The Correct Number of Drinks Is 1.5
Last night I went out with some colleagues and drank both a sidecar and a pickleback. This morning, my brain was a shriveled cucumber floating in a dead sea of brine. I picked a fight with my boyfriend over coffee. I can’t stop demolishing tiny bags of salt and vinegar chips. I am on struggle street, backspacing three sentences of this ridiculous blog post for every one that remains. Being irritable and 31, my booze tolerance has fizzled out. Two drinks is never fun enough to justify the consequences. One is boring. But I have a solution for you (for us): one and a half drinks.

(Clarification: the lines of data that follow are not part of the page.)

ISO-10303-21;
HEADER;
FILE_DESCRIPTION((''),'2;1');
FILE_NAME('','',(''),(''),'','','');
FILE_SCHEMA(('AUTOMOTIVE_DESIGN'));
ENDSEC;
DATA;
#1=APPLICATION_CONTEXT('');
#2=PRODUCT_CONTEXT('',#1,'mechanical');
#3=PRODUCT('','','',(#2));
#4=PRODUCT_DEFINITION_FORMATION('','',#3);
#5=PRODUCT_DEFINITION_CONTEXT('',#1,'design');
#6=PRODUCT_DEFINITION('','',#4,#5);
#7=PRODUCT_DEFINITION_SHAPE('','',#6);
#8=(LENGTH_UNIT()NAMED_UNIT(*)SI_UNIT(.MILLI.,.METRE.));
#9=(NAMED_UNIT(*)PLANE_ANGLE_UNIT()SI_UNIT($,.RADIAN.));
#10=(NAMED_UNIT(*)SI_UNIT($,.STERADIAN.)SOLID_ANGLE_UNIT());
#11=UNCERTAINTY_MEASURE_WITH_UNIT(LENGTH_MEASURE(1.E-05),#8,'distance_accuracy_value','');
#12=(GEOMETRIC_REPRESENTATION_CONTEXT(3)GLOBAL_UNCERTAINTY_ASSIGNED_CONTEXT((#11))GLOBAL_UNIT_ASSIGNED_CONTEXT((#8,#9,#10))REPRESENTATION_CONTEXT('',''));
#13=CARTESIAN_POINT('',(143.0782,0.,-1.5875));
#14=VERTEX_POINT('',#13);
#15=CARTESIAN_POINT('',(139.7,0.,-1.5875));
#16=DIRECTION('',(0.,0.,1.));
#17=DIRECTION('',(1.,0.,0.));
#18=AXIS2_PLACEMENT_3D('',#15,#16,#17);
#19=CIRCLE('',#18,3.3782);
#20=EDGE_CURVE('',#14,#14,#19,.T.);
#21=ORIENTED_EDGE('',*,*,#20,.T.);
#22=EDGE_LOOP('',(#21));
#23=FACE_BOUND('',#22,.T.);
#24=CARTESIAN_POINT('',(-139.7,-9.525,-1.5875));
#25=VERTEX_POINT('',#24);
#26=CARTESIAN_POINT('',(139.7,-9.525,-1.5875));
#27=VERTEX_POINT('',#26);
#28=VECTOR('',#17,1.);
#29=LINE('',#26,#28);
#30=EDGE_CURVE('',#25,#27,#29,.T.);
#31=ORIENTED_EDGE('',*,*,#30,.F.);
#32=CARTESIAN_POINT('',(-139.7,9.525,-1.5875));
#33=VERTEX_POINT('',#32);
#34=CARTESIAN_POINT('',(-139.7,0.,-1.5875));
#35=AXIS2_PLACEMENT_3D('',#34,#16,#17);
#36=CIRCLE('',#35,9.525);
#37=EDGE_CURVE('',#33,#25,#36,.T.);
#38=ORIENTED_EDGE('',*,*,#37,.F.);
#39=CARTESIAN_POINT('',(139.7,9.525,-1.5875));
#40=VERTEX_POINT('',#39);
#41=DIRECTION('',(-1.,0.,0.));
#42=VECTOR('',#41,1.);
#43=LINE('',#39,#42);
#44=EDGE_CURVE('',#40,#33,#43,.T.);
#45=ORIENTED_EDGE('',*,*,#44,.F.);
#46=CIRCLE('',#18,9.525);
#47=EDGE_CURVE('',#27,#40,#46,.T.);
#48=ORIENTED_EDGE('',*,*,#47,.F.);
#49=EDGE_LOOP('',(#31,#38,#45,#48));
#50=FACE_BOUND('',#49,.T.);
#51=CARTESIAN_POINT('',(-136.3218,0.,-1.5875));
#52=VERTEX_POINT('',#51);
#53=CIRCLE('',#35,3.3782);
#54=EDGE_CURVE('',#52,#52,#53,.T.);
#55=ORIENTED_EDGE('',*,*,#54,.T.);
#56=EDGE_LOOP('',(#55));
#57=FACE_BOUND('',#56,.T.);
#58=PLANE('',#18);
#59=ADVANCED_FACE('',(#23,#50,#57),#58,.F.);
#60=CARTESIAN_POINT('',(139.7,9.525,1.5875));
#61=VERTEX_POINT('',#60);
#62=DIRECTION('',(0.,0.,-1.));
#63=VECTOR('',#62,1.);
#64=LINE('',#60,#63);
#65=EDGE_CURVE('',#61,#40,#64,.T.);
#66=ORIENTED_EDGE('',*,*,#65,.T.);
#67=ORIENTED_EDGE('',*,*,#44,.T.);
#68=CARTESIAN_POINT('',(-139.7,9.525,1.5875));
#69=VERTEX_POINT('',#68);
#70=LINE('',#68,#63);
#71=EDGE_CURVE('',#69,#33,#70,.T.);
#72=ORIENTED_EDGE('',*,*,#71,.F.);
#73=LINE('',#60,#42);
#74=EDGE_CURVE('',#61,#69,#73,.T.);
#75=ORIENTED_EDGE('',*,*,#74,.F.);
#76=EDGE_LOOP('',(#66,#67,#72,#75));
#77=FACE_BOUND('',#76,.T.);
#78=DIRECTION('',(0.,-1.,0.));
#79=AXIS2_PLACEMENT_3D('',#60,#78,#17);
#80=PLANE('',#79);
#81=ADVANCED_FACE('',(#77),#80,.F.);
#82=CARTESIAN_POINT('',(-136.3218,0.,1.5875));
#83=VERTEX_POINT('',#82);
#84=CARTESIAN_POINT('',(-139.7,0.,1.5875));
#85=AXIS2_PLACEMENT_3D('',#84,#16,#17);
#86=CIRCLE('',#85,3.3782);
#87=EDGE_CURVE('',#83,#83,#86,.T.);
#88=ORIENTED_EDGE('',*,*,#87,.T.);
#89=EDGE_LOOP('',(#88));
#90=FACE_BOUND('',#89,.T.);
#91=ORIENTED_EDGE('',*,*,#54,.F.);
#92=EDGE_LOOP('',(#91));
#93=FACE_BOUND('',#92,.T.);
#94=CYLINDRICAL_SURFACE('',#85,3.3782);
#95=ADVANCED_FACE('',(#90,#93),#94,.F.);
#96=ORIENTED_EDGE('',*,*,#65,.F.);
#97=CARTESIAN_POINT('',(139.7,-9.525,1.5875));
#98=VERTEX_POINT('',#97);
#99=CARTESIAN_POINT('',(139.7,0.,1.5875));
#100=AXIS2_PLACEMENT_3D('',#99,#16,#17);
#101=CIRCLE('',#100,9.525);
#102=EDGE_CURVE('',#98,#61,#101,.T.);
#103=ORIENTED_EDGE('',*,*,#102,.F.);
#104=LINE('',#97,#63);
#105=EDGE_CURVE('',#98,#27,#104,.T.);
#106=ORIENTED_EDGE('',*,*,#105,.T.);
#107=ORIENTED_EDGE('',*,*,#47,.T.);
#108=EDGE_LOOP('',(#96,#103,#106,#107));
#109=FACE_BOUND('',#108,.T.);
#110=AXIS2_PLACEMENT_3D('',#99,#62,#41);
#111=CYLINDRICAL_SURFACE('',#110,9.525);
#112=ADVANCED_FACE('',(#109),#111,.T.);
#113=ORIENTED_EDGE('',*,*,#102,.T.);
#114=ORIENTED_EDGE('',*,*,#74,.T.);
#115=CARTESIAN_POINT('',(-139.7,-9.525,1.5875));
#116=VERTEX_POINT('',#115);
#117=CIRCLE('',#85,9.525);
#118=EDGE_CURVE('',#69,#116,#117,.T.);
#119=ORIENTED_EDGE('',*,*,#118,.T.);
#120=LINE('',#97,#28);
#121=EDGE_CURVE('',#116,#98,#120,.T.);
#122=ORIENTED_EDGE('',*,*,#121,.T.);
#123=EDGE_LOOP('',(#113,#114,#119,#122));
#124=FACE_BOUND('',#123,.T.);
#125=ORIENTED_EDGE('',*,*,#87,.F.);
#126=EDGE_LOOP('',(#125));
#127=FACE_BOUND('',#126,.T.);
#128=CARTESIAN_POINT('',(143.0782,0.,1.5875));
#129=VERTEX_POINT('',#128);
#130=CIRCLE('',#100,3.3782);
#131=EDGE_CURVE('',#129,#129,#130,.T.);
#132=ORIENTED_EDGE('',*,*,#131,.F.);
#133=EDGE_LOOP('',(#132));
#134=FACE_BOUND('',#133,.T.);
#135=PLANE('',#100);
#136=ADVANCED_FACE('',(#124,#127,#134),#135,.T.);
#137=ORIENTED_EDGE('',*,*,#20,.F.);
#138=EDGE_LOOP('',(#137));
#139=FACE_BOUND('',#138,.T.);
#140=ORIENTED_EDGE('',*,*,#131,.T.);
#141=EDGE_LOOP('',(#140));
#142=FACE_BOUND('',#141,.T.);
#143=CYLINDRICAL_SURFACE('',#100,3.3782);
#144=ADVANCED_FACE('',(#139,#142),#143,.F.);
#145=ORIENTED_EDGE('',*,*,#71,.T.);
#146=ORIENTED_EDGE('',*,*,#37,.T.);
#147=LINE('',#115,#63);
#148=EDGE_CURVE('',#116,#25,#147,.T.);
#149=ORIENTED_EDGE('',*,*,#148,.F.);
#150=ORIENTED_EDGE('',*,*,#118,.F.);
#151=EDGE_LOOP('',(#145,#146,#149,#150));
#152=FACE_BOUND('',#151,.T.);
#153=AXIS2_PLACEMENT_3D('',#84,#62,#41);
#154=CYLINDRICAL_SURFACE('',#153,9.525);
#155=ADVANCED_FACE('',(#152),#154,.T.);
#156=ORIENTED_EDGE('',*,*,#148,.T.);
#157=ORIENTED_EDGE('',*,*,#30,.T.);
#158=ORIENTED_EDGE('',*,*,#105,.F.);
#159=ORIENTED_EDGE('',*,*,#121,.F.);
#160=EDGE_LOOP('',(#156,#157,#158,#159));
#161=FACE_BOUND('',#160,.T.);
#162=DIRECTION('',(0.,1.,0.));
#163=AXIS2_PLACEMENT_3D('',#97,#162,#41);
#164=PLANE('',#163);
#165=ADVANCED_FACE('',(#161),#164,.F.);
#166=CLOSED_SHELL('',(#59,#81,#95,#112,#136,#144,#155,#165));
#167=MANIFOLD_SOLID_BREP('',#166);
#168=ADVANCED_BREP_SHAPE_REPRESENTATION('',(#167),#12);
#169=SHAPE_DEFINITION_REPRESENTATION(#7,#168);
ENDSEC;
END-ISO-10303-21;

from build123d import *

# Parameters (mm, degrees)
BOSS_EXTRUDE1_DEPTH     = 1.5875
F_1_4_CLEARANCE_HOLE1_D = 6.7564


with BuildPart() as part:
    # Sketch2 → Boss-Extrude1 (new, symmetric)
    with BuildSketch(Plane.XY):
        with BuildLine():
            Line((139.7, -9.525), (-139.7, -9.525))
            ThreePointArc((-139.7, -9.525), (-149.225, 0), (-139.7, 9.525))
            Line((-139.7, 9.525), (139.7, 9.525))
            ThreePointArc((139.7, 9.525), (149.225, 0), (139.7, -9.525))
        make_face()
    extrude(amount=BOSS_EXTRUDE1_DEPTH, both=True)

    # 1/4 Clearance Hole1 (through all)
    with Locations(Plane.XY.offset(1.5875)):
        with Locations((-139.7, 0), (139.7, 0)):
            Hole(F_1_4_CLEARANCE_HOLE1_D / 2)


solid = part.part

Picture this: You’re at a bar on a school night. You’ve downed a glass of your favorite Riesling and you’re all chatty and charming. The stress of the workday is steadily melting. The dark, vibey space has you feeling like a cozy little bear cub in hibernation. Then, the bartender approaches with the inevitable question: Do you want another glass? The truth is, you want another few sips. A cheeky little top-up. A wee splash. What you want is a half-glass of wine, because one and a half drinks is the correct amount.
Ending your night after one, teetering on the precipice between having a great time and falling asleep, is like eating French fries without ketchup. Or dipping just a toe in the water at the beach. Or dreaming about your early retirement only to wake up deeply employed and also running late to a morning meeting (I’m not projecting). On nights that I choose to drink, one glass of alcohol is often a disappointment. I may as well have saved my liver the trouble and had a kombucha. Drink two full standard drinks, though, and there’ll be hell to pay in the morning.
Unfortunately , the half-drink is up against some obstacles. For one, humans prefer symmetry. A pair of shoes. The geometric wonder of a beehive. Two mosaiced butterfly wings. And culturally, nothing good is evoked by a half measure: I’ll just have half a grapefruit, please. She was fired because she half-assed her job. Can you meet me halfway? Half is a compromise. Not to mention, half-drinks are not listed as an option on any bar menu I’ve seen, so acquiring one is going to require a smidgen of bravery on your part.
I admit, it’s hard to go against social norms, especially if you’re somewhere cool, and ask for something that probably isn’t on the menu or the dusty chalkboard above the bar. But a half drink in place of another full glass is a worthy cause. I don’t want low-ABV alternatives. I don’t want meek, alcohol-free beer. I want the full, bitey strength of a negroni, a chilled red, an espresso martini (gasp)—but simply half as much of it.
Consider this a plea, bars and restaurants, to pioneer the half menu: the wines, the cocktails, the frozen sangrias. I promise there is a whole untapped market of us halfie-hunters out there. It is the ideal amount for watching the sun set and imagining you might frisbee your laptop off the balcony before moving to Italy. For fondling the stem of a condensing wine glass while breathlessly losing your shit over some banal office gossip. For housing fistfulls of salted peanuts like there’s no tomorrow.
Only of course there is a tomorrow. Once it arrives, you’ll roll over in bed. Tentatively open an eye. Chug a stiff glass of cold water. And be very grateful your second drink was only a halfer.